Rechercher
Rechercher

Culture - Cinéma

Dania Bdeir emmène le Liban sur les sommets de Sundance

La jeune réalisatrice libanaise Dania Bdeir a décroché le prix du meilleur court métrage international pour son film « Warsha » au Festival international de Sundance. Ce qui le rend éligible aux Oscars.

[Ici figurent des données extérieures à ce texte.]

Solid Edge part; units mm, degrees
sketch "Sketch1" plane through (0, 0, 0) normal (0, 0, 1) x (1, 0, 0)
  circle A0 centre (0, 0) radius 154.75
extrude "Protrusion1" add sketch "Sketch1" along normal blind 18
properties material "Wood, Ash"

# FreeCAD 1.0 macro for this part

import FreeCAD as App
import Part
import Sketcher
from FreeCAD import Vector
Q = App.Units.Quantity

doc = App.newDocument("Part")
body = doc.addObject("PartDesign::Body", "Body")

# Sketch on XY plane
sketch1 = doc.addObject("Sketcher::SketchObject", "Sketch")
body.addObject(sketch1)
sketch1.AttachmentSupport = (doc.XY_Plane, [""])
sketch1.MapMode = "FlatFace"
sketch1.addGeometry(Part.Circle(Vector(0, 0, 0), Vector(0, 0, 1), 155), False)
sketch1.addConstraint(Sketcher.Constraint("Coincident", 0, 3, -1, 1))
sketch1.addConstraint(Sketcher.Constraint("Diameter", 0, Q("309.5 mm")))
pad1 = doc.addObject("PartDesign::Pad", "Pad")
body.addObject(pad1)
pad1.Profile = sketch1
pad1.Length = 18

doc.recompute()
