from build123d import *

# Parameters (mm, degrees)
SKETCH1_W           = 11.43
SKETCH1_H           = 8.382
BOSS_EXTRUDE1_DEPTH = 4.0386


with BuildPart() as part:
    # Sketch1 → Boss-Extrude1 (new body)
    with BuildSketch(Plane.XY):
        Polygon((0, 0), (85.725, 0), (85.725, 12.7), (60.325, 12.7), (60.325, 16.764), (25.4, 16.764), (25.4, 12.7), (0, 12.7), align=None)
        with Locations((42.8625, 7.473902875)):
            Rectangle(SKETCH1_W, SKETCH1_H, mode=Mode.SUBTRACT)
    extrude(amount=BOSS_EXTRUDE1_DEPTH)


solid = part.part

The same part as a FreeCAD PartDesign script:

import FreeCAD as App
import Part
import Sketcher
from FreeCAD import Vector
Q = App.Units.Quantity


def add_polygon(sketch, points):
    """Adds a closed chain of lines whose ends are joined by coincident constraints."""
    first, n = sketch.GeometryCount, len(points)
    for a, b in zip(points, points[1:] + points[:1]):
        sketch.addGeometry(Part.LineSegment(App.Vector(*a, 0), App.Vector(*b, 0)), False)
    for i in range(n):
        sketch.addConstraint(Sketcher.Constraint("Coincident", first + i, 2, first + (i + 1) % n, 1))

doc = App.newDocument("Part")
params = doc.addObject("Spreadsheet::Sheet", "Params")
for row, (alias, value) in enumerate([
    ("sketch1_width", "1 in"),
    ("sketch1_height", "0.5 in"),
    ("sketch1_width2", "0.45 in"),
    ("sketch1_height2", "0.16 in"),
    ("sketch1_height3", "0.33 in"),
    ("pad1_length", "0.159 in"),
], start=1):
    params.set(f"A{row}", alias)
    params.set(f"B{row}", "=" + value)
    params.setAlias(f"B{row}", alias)

body = doc.addObject("PartDesign::Body", "Body")

# Sketch on XY plane
sketch1 = doc.addObject("Sketcher::SketchObject", "Sketch")
body.addObject(sketch1)
sketch1.AttachmentSupport = (doc.XY_Plane, [""])
sketch1.MapMode = "FlatFace"
add_polygon(sketch1, [(0, 0), (85.7, 0), (85.7, 12.7), (60.3, 12.7), (60.3, 16.8), (25.4, 16.8), (25.4, 12.7), (0, 12.7)])  # lines 0-7
add_polygon(sketch1, [(48.6, 3.3), (37.1, 3.3), (37.1, 11.7), (48.6, 11.7)])  # lines 8-11
sketch1.addConstraint([
    Sketcher.Constraint("Horizontal", 0),
    Sketcher.Constraint("Vertical", 1),
    Sketcher.Constraint("Horizontal", 2),
    Sketcher.Constraint("Vertical", 3),
    Sketcher.Constraint("Horizontal", 4),
    Sketcher.Constraint("Vertical", 5),
    Sketcher.Constraint("Horizontal", 6),
    Sketcher.Constraint("Vertical", 7),
    Sketcher.Constraint("Horizontal", 8),
    Sketcher.Constraint("Vertical", 9),
    Sketcher.Constraint("Horizontal", 10),
    Sketcher.Constraint("Vertical", 11),
    Sketcher.Constraint("Coincident", 7, 2, -1, 1),
    Sketcher.Constraint("Horizontal", 2, 2, 5, 2),
    Sketcher.Constraint("Equal", 2, 6),
    Sketcher.Constraint("DistanceX", 2, 2, 2, 1, Q("1 in")),
    Sketcher.Constraint("DistanceY", 1, 1, 1, 2, Q("0.5 in")),
    Sketcher.Constraint("DistanceX", 8, 2, 8, 1, Q("0.45 in")),
    Sketcher.Constraint("DistanceY", 3, 1, 3, 2, Q("0.16 in")),
    Sketcher.Constraint("DistanceY", 9, 1, 9, 2, Q("0.33 in")),
    Sketcher.Constraint("DistanceX", 0, 1, 0, 2, Q("3.375 in")),
    Sketcher.Constraint("DistanceX", -1, 1, 8, 2, Q("1.4625 in")),
    Sketcher.Constraint("DistanceY", -1, 1, 8, 2, Q("3.282903 mm")),
])
sketch1.setExpression("Constraints[27]", "Params.sketch1_width")
sketch1.setExpression("Constraints[28]", "Params.sketch1_height")
sketch1.setExpression("Constraints[29]", "Params.sketch1_width2")
sketch1.setExpression("Constraints[30]", "Params.sketch1_height2")
sketch1.setExpression("Constraints[31]", "Params.sketch1_height3")
pad1 = doc.addObject("PartDesign::Pad", "Pad")
body.addObject(pad1)
pad1.Profile = sketch1
pad1.setExpression("Length", "Params.pad1_length")

doc.recompute()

Dania Bdeir emmène le Liban sur les sommets de Sundance

L’artiste Khansa dans le rôle d’un ouvrier suspendu entre ciel et et terre. Photo DR

La bonne nouvelle est tombée alors que Dania Bdeir et son équipe s’apprêtaient à partir pour Clermont-Ferrand où se déroule le festival du court métrage du 28 janvier au 5 février : son film Warsha venait de remporter le Prix du meilleur court métrage international au Festival international de Sundance, le rendant éligible aux Oscars. Le jury, qui l’a élu parmi 59 films sélectionnés, a salué l’œuvre de la Libanaise en ces termes : « Ce qui semble être, au premier abord, une histoire de la vie quotidienne d’un homme face à son travail dans un lieu dangereux, devient au fur et à mesure un voyage joyeux et époustouflant de découverte et d’expression de soi. Pour sa combinaison de cinématographie aérienne à couper le souffle avec une performance intense de l’acteur principal (l’artiste Khansa, NDLR), le prix du jury du court métrage de fiction internationale est décerné à Warsha, de Dania Bdeir. »

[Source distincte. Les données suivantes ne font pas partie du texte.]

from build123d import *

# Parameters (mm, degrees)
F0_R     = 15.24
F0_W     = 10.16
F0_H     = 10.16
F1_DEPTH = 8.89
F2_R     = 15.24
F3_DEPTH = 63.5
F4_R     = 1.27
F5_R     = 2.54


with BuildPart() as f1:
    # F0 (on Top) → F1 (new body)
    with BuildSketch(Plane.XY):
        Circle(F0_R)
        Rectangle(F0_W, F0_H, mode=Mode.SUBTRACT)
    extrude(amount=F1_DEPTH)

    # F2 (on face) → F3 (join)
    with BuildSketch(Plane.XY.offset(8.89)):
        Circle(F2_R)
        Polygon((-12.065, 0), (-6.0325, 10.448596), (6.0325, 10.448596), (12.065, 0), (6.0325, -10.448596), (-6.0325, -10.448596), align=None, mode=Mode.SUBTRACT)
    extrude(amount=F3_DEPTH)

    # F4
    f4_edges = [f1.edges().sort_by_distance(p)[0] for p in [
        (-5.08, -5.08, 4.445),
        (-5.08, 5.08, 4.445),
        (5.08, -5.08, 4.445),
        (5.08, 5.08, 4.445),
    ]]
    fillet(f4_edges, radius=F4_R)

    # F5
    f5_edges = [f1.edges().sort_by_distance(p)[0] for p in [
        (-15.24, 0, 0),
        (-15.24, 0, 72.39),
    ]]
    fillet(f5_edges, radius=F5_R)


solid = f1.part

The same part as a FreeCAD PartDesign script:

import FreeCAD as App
import Part
import Sketcher

V = App.Vector
Q = App.Units.Quantity


def edges_at(feature, points):
    """Names of the edges that pass closest to the given points."""
    edges = feature.Shape.Edges
    near = lambda p: min(range(len(edges)), key=lambda i: edges[i].distToShape(Part.Vertex(*p))[0])
    return sorted({f"Edge{near(p) + 1}" for p in points})

doc = App.newDocument("Part")
body = doc.addObject("PartDesign::Body", "Body")

sketch1 = doc.addObject("Sketcher::SketchObject", "Sketch")
body.addObject(sketch1)
sketch1.AttachmentSupport = (doc.XY_Plane, [""])
sketch1.MapMode = "FlatFace"
sketch1.addGeometry([
    Part.Circle(V(0, 0, 0), V(0, 0, 1), 15),
    Part.LineSegment(V(5, -5, 0), V(-5, -5, 0)),
    Part.LineSegment(V(-5, -5, 0), V(-5, 5, 0)),
    Part.LineSegment(V(-5, 5, 0), V(5, 5, 0)),
    Part.LineSegment(V(5, 5, 0), V(5, -5, 0)),
], False)
sketch1.addConstraint([
    Sketcher.Constraint("Coincident", 1, 2, 2, 1),
    Sketcher.Constraint("Coincident", 2, 2, 3, 1),
    Sketcher.Constraint("Coincident", 3, 2, 4, 1),
    Sketcher.Constraint("Coincident", 4, 2, 1, 1),
    Sketcher.Constraint("Horizontal", 1),
    Sketcher.Constraint("Vertical", 2),
    Sketcher.Constraint("Horizontal", 3),
    Sketcher.Constraint("Vertical", 4),
    Sketcher.Constraint("Coincident", 0, 3, -1, 1),
    Sketcher.Constraint("Symmetric", 1, 2, 3, 2, -1, 1),
    Sketcher.Constraint("Equal", 3, 2),
    Sketcher.Constraint("Diameter", 0, Q("1.2 in")),
    Sketcher.Constraint("DistanceX", 1, 2, 1, 1, Q("0.4 in")),
])
pad1 = doc.addObject("PartDesign::Pad", "Pad")
body.addObject(pad1)
pad1.Profile = sketch1
pad1.Length = Q("0.35 in")

sketch2 = doc.addObject("Sketcher::SketchObject", "Sketch001")
body.addObject(sketch2)
sketch2.AttachmentSupport = (doc.XY_Plane, [""])
sketch2.MapMode = "FlatFace"
sketch2.AttachmentOffset = App.Placement(V(0, 0, 0.35 * 25.4), App.Rotation())
sketch2.addGeometry([
    Part.Circle(V(0, 0, 0), V(0, 0, 1), 15),
    Part.LineSegment(V(-6, -10, 0), V(-12, 0, 0)),
    Part.LineSegment(V(-12, 0, 0), V(-6, 10, 0)),
    Part.LineSegment(V(-6, 10, 0), V(6, 10, 0)),
    Part.LineSegment(V(6, 10, 0), V(12, 0, 0)),
    Part.LineSegment(V(12, 0, 0), V(6, -10, 0)),
    Part.LineSegment(V(6, -10, 0), V(-6, -10, 0)),
], False)
sketch2.addConstraint([
    Sketcher.Constraint("Coincident", 1, 2, 2, 1),
    Sketcher.Constraint("Coincident", 2, 2, 3, 1),
    Sketcher.Constraint("Coincident", 3, 2, 4, 1),
    Sketcher.Constraint("Coincident", 4, 2, 5, 1),
    Sketcher.Constraint("Coincident", 5, 2, 6, 1),
    Sketcher.Constraint("Coincident", 6, 2, 1, 1),
    Sketcher.Constraint("Horizontal", 3),
    Sketcher.Constraint("Horizontal", 6),
    Sketcher.Constraint("Coincident", 0, 3, -1, 1),
    Sketcher.Constraint("Symmetric", 1, 2, 4, 2, -1, 1),
    Sketcher.Constraint("Symmetric", 2, 2, 5, 2, -1, 1),
    Sketcher.Constraint("PointOnObject", 1, 2, -1),
    Sketcher.Constraint("Parallel", 1, 4),
    Sketcher.Constraint("Vertical", 3, 2, 5, 2),
    Sketcher.Constraint("Diameter", 0, Q("1.2 in")),
    Sketcher.Constraint("Angle", 1, Q("120.000001 deg")),
    Sketcher.Constraint("DistanceX", 3, 1, 3, 2, Q("0.475 in")),
    Sketcher.Constraint("DistanceX", 1, 2, 4, 2, Q("0.95 in")),
])
pad2 = doc.addObject("PartDesign::Pad", "Pad001")
body.addObject(pad2)
pad2.Profile = sketch2
pad2.Length = Q("2.5 in")
doc.recompute()

fillet = doc.addObject("PartDesign::Fillet", "Fillet")
body.addObject(fillet)
fillet.Base = (pad2, edges_at(pad2, [
    (-5.08, -5.08, 4.445),
    (-5.08, 5.08, 4.445),
    (5.08, -5.08, 4.445),
    (5.08, 5.08, 4.445),
]))
fillet.Radius = Q("0.05 in")
doc.recompute()

fillet2 = doc.addObject("PartDesign::Fillet", "Fillet001")
body.addObject(fillet2)
fillet2.Base = (fillet, edges_at(fillet, [(-15.24, 0, 0), (-15.24, 0, 72.39)]))
fillet2.Radius = Q("0.1 in")

doc.recompute()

Quelle consécration pour cette jeune réalisatrice qui, soutenue par une équipe solide, a cru ferme il y a quelques années dans un projet pour le moins hasardeux qu’elle a réussi à transformer en aventure réussie. Une aventure lancée en 2017 et achevée en 2020.

Une scène du court métrage « Warsha » de Dania Bdeir. Photo DR

Se ressourcer au Liban

Évoluant entre Dubaï et New York, Dania Bdeir, qui a signé auparavant deux autres courts métrages Kaléidoscope et White, n’a jamais coupé le cordon avec sa mère patrie. Ses films, volontairement ou inconsciemment, s’inspirent de la société libanaise et plus largement orientale, et de moments forts ressentis au sein de cette société, laquelle, estime-t-elle, « est encore cloîtrée dans un univers de tabous, de clichés et de contraintes ».

L’aventure Warsha a donc commencé. Tandis qu’elle écrit sur son balcon beyrouthin, la réalisatrice aperçoit la silhouette d’un homme juché sur une grue, se dessinant dans le crépuscule. «À cette époque, Beyrouth était pleine de grues et d’immeubles luxueux qui pointaient leur nez vers le ciel. En regardant vers le haut, j’ai vu cet homme dans une posture qui m’a fait croire qu’il allait sauter. Il s’inclinait, rapprochant son front au sol. C’est alors que j’ai réalisé qu’il priait. C’est ce moment magnifique, raconte Dania Bdeir, qui a fait une sorte de déclic dans ma tête. D’ailleurs tous mes films sont nés d’un moment magique. J’ai alors pensé que toutes ces grues et ces machines qui nous entourent à Beyrouth dissimulent des hommes (ceux qui les font fonctionner) et leurs histoires. De leur cabine exiguë, ils peuvent observer le monde sans qu’on ne les voit. Et cette idée qui m’a traversé l’esprit est devenue obsessionnelle. »


Lire aussi

« Une lettre d’amour à Beyrouth et aux gens qui y vivent »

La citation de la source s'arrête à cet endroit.